# What is preparationism?



## Pergamum (Aug 14, 2010)

I just read this paragraph in an ARBCA newsletter:




> Most of the errors our 17th Century Baptist
> forefathers had to fight against remain to
> this very day. We share in their battle against
> Preparationism, Arminianism, Socinianism,
> ...



What is preparationism and why is it clumped together with other heresies?


----------



## Skyler (Aug 14, 2010)

The Notion of Preparatory Grace in the Puritans



> Preparatory grace is a notion which crept into the theology of many of the Puritans. Although the Puritans insisted that man is totally depraved and unable to contribute anything to his salvation, "as early as 1570" some English theologians began to teach that the sinner "might somehow dispose himself for saving grace."1 By this they meant, generally (with some variation), that an unregenerate sinner could prepare himself for the grace of regeneration by a serious consideration of his sins in the light of God’s law. By careful self-examination, the sinner could and ought to stir himself up to loathe his own sinfulness and to desire mercy and, by a judicious use of means (especially attendance upon the preaching of the gospel), he could put himself in the position of being a likely candidate for the new birth. Most of the Puritans who advocated such views insisted that God prepares the sinner in this way. They were loath to suggest that man can do this unaided by the Spirit. However, they also taught that this preparatory grace was often present in reprobates so that preparation for regeneration did not necessarily lead to salvation in the end.



Basically, according to the article, it was a Calvinist version of prevenient grace that was viewed as a dangerous step towards Arminianism.


----------



## Pergamum (Aug 14, 2010)

And this is heresy?

---------- Post added at 02:54 PM ---------- Previous post was at 02:42 PM ----------

So, we can never tell someone to "seek the Lord?"

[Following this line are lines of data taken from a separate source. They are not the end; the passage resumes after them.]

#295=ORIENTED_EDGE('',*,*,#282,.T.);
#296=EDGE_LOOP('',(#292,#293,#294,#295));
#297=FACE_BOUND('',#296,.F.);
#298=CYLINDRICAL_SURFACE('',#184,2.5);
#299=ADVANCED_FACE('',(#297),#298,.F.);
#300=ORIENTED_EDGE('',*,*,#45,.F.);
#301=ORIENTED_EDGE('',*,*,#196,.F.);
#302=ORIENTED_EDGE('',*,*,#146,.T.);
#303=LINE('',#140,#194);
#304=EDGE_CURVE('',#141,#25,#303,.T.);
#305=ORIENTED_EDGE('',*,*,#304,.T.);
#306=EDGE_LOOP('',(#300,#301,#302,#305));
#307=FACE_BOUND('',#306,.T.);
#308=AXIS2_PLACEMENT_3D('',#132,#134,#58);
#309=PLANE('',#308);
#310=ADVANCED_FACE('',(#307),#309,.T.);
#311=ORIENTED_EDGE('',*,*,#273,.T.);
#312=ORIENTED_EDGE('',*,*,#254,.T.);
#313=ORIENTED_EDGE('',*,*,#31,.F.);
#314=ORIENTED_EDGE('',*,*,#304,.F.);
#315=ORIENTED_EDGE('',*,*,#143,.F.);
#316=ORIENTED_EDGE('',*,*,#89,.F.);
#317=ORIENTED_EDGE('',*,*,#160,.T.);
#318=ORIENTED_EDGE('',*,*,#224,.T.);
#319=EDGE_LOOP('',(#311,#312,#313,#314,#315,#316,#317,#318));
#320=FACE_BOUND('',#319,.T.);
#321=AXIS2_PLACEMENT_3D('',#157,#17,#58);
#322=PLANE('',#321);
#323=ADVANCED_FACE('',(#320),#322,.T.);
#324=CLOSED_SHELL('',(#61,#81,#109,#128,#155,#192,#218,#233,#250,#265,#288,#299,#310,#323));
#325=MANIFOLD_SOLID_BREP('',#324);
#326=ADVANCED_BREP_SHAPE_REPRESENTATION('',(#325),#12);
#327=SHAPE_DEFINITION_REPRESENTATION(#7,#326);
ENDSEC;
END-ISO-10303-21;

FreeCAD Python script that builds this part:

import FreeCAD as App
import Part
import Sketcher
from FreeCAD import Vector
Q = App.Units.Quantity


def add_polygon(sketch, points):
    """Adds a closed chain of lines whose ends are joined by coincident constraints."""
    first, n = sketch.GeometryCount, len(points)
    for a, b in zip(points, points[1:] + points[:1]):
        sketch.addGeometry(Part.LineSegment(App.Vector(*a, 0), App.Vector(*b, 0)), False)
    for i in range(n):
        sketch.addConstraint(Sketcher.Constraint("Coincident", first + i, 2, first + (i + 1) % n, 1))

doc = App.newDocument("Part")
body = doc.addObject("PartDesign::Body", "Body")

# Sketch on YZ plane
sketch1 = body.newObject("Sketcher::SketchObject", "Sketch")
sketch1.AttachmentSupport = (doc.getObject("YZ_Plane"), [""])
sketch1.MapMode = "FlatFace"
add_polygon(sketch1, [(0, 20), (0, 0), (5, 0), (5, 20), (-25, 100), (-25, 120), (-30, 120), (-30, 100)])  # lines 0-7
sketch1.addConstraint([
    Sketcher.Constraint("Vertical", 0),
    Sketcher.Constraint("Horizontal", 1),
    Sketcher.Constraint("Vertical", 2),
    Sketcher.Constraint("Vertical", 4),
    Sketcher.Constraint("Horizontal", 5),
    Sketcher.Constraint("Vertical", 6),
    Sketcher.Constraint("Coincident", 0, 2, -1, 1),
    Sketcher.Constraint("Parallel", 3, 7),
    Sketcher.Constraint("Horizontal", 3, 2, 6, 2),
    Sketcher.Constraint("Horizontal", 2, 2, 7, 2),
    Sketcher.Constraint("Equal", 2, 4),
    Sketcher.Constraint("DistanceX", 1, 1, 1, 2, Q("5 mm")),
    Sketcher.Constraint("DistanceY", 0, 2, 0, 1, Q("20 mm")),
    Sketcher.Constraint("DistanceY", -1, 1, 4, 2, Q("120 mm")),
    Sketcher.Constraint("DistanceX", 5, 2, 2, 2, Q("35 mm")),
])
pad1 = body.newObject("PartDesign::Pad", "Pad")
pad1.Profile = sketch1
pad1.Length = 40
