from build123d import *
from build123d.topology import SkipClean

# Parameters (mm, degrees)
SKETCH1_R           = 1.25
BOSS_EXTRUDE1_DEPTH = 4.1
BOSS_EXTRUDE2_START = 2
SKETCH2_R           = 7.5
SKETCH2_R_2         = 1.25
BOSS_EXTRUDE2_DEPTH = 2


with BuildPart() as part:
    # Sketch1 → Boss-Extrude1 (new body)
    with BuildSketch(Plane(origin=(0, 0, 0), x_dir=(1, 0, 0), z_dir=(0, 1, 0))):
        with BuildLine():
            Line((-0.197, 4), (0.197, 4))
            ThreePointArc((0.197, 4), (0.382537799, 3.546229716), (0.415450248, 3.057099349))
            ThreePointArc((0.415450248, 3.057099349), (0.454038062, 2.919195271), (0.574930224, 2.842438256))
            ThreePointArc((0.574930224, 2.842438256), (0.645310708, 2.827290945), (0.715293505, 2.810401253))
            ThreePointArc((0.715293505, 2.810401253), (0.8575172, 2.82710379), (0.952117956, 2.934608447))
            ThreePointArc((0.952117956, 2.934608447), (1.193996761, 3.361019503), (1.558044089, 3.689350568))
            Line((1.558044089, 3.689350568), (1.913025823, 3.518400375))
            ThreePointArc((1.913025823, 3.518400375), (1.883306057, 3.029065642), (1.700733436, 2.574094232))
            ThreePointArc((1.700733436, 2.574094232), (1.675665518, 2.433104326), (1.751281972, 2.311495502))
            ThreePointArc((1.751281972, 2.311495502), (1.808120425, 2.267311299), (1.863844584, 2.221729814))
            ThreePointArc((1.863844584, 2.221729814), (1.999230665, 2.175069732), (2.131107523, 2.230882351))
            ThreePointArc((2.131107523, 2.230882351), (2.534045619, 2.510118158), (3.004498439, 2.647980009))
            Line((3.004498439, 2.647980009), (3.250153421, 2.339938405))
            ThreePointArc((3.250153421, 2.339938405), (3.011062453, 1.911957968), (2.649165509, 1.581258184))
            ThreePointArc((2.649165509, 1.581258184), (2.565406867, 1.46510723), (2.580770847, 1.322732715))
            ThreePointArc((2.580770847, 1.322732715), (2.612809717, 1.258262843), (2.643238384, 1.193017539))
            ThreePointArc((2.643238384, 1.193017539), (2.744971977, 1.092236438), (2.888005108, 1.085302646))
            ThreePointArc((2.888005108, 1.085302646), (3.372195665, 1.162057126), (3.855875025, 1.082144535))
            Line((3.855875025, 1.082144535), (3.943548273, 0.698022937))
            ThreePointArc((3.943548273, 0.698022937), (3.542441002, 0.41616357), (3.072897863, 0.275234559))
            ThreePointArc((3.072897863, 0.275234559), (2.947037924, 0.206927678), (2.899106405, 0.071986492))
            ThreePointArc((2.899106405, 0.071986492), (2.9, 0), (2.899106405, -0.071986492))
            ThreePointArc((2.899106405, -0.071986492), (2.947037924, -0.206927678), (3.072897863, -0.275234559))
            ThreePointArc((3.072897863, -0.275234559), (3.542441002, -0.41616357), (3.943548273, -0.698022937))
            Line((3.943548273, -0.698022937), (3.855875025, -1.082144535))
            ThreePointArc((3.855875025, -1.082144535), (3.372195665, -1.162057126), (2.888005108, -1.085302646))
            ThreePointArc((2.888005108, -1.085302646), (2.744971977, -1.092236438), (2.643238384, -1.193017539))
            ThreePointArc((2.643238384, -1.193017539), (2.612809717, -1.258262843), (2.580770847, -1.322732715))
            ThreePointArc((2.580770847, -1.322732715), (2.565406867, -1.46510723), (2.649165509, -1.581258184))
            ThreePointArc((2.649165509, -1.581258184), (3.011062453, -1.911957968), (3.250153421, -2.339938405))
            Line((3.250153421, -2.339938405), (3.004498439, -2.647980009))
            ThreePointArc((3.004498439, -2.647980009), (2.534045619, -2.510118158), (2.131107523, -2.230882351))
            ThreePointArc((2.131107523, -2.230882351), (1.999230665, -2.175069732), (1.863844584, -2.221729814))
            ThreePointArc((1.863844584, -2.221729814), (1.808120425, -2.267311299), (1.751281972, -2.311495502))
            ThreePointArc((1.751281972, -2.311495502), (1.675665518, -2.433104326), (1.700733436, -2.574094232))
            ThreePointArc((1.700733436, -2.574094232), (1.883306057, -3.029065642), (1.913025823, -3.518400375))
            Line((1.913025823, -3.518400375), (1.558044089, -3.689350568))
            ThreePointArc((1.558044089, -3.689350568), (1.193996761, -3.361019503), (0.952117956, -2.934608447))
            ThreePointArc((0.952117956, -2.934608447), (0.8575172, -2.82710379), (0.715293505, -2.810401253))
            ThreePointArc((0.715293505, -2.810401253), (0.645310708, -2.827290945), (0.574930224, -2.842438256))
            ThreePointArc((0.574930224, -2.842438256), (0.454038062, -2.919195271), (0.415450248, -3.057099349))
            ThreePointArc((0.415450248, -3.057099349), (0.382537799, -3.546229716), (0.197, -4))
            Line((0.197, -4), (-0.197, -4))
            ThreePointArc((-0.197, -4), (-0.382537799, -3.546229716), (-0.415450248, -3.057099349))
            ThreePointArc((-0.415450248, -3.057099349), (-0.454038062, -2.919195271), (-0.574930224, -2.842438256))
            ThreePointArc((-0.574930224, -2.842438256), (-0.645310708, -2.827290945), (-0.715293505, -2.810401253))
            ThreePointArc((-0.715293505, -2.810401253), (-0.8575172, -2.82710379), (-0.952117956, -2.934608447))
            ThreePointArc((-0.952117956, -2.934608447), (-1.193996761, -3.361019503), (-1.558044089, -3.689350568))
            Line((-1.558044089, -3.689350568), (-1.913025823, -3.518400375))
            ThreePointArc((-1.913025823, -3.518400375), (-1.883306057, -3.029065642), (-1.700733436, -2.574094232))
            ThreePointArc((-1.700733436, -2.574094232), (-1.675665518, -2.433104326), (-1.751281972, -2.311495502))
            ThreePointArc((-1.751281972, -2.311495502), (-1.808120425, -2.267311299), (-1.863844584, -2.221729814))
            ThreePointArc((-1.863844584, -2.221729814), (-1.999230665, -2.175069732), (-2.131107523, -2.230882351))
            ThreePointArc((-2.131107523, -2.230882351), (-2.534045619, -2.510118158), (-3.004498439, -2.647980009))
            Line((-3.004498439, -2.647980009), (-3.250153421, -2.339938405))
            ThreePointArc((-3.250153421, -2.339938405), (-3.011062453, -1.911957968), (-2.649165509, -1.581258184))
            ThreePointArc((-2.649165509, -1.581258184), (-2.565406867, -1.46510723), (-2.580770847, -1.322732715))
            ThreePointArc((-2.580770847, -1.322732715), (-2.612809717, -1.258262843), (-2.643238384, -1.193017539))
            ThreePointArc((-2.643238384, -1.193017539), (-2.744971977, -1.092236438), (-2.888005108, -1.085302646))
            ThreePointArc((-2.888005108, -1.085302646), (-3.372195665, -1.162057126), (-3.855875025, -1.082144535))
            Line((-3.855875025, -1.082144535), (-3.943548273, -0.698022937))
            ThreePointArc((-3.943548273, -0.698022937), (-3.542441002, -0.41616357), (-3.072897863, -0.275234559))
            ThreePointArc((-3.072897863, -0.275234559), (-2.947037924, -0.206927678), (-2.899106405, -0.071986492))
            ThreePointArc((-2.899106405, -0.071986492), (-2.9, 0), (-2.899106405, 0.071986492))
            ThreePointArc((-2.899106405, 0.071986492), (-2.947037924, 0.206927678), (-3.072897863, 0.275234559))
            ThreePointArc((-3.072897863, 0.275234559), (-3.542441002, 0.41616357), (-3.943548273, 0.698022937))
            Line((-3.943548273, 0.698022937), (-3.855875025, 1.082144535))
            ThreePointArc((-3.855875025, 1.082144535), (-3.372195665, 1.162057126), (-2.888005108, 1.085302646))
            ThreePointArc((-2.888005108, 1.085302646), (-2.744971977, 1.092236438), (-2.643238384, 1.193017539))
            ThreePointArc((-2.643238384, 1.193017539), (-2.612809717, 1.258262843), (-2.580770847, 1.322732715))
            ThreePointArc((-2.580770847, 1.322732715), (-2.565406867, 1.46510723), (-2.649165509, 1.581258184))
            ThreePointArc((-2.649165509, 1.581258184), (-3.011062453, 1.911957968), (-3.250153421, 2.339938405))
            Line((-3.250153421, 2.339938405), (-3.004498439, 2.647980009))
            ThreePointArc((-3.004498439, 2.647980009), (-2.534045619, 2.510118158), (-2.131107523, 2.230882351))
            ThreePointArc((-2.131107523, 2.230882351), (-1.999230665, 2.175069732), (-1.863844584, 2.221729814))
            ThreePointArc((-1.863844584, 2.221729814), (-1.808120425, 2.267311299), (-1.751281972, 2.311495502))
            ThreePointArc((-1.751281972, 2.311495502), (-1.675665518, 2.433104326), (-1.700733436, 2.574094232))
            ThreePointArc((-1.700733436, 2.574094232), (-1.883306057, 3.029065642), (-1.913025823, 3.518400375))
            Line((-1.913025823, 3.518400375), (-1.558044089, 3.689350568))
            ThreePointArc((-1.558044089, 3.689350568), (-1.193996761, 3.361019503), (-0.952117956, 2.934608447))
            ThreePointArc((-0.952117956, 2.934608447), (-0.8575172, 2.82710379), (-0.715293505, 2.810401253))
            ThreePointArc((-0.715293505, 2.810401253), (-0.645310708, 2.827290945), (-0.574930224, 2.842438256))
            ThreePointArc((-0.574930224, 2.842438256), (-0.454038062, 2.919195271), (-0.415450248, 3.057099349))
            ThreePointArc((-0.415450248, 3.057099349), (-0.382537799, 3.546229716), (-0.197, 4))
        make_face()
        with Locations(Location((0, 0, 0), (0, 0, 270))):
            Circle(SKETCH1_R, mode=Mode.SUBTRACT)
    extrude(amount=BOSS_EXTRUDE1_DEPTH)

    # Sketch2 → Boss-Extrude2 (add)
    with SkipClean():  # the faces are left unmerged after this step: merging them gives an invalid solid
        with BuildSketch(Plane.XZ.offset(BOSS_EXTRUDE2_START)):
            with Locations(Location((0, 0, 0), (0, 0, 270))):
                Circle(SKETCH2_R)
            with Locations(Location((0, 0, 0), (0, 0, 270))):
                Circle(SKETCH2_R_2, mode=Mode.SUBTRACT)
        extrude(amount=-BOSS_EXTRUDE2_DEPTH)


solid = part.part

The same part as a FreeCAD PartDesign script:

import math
import FreeCAD as App
import Part
import Sketcher

doc = App.newDocument("Part")
body = doc.addObject("PartDesign::Body", "Body")

# Sketch on XZ plane
sketch1 = body.newObject("Sketcher::SketchObject", "Sketch")
sketch1.AttachmentSupport = (doc.getObject("XZ_Plane"), [""])
sketch1.MapMode = "FlatFace"
sketch1.addGeometry([
    Part.LineSegment(App.Vector(0.2, -4, 0), App.Vector(-0.2, -4, 0)),  # 0
    Part.ArcOfCircle(Part.Circle(App.Vector(1.11, -3.2, 0), App.Vector(0, 0, 1), 1.53), math.radians(175), math.radians(211)),  # 1
    Part.ArcOfCircle(Part.Circle(App.Vector(-0.61, -3.04, 0), App.Vector(0, 0, 1), 0.2), math.radians(-5), math.radians(79)),  # 2
    Part.ArcOfCircle(Part.Circle(App.Vector(0, 0, 0), App.Vector(0, 0, 1), 2.9), math.radians(-104.28), math.radians(-101.43)),  # 3
    Part.ArcOfCircle(Part.Circle(App.Vector(-0.76, -3, 0), App.Vector(0, 0, 1), 0.2), math.radians(76), math.radians(160)),  # 4
    Part.ArcOfCircle(Part.Circle(App.Vector(-2.39, -2.4, 0), App.Vector(0, 0, 1), 1.53), math.radians(-57), math.radians(-20)),  # 5
    Part.LineSegment(App.Vector(-1.56, -3.69, 0), App.Vector(-1.91, -3.52, 0)),  # 6
    Part.ArcOfCircle(Part.Circle(App.Vector(-0.39, -3.37, 0), App.Vector(0, 0, 1), 1.53), math.radians(149), math.radians(186)),  # 7
    Part.ArcOfCircle(Part.Circle(App.Vector(-1.87, -2.47, 0), App.Vector(0, 0, 1), 0.2), math.radians(-31), math.radians(53)),  # 8
    Part.ArcOfCircle(Part.Circle(App.Vector(0, 0, 0), App.Vector(0, 0, 1), 2.9), math.radians(-129.99), math.radians(-127.15)),  # 9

Was Jonathan Edwards wrong to have preached these sermons: "What Seeking Sinners Can and Must Do" and "Persons Ought to Endeavour to Be Convinced of Sin."

---------- Post added at 03:09 PM ---------- Previous post was at 02:54 PM ----------

Seeking God

How would you judge this article linked?


----------



## Skyler (Aug 14, 2010)

I would not say this is heresy any more than I would say Arminianism is heresy--less, since Arminianism builds on this notion. Error, perhaps, but I wouldn't go so far as to call it heresy.

Certainly, we can tell people to seek the Lord; the Bible does that much. The problem is that "no one seeks for God" (Romans 3:11); "No one can come to me unless the Father who sent me draws him. And I will raise him up on the last day." (John 6:44)

From the article:

"...it is in his natural ability to do certain things which might increase the possibility of his being saved or put him in a way of salvation."

There is no "possibility" about it except from a human perspective. Either you are elect, or you aren't; that decision took place in eternity past, and it is certain--there's nothing that can change that. God accomplishes His will perfectly. It is possible for him to save either a prepared sinner or an unprepared one.

I haven't read the Edwards sermons so I can't say anything about them.

Just some quick thoughts while I eat lunch.


----------



## Gesetveemet (Aug 14, 2010)

Pergamum said:


> So, we can never tell someone to "seek the Lord?"



The Bible says "That whosoever would not seek the LORD God of Israel should be put to death, whether small or great, whether man or woman." 2Ch 15:13 So, while there is no preparatory grace. From mans side it is not for him to ponder whether he is either elect or not during the preached word. We leave that in God's hand, but it is his responsibility to examine himself whether he has savingly believed on Christ and to seek the Lord while He may be found. 

Have a good Lord's day



.


----------



## Pergamum (Aug 14, 2010)

Skyler said:


> I would not say this is heresy any more than I would say Arminianism is heresy--less, since Arminianism builds on this notion. Error, perhaps, but I wouldn't go so far as to call it heresy.
> 
> Certainly, we can tell people to seek the Lord; the Bible does that much. The problem is that "no one seeks for God" (Romans 3:11); "No one can come to me unless the Father who sent me draws him. And I will raise him up on the last day." (John 6:44)
> 
> ...


 
Please read Edwards and tell me your assessment. He seems to give many practical instructions to inquirers/seekers on how to seek the Lord.


----------



## JOwen (Aug 14, 2010)

Skyler said:


> The Notion of Preparatory Grace in the Puritans
> 
> 
> 
> ...



I would encourage you to read this by Iain Murray. Many have wrongly believed that T. Hooker was a preperationist, along with Thomas Shepherd. Murray ably defends that they were not.


----------



## Gesetveemet (Aug 14, 2010)

Skyler said:


> The Notion of Preparatory Grace in the Puritans
> 
> 
> 
> ...




O that God would give us to know Him and be used like His “but small tools” listed in this brief article.

William Perkins
William Ames
Richard Sibbes
John Owen
Thomas Manton
Joseph Alleine
William Guthrie
Thomas Shepard
Wilhelmus a Brakel
Herman Witsius



.


----------



## Skyler (Aug 14, 2010)

Pergamum said:


> Please read Edwards and tell me your assessment. He seems to give many practical instructions to inquirers/seekers on how to seek the Lord.


 
Do you have a link to a text version of the sermons on the Internet? I can only find MP3 recordings of them. I can listen to those too, but I prefer reading to listening when possible. =)


----------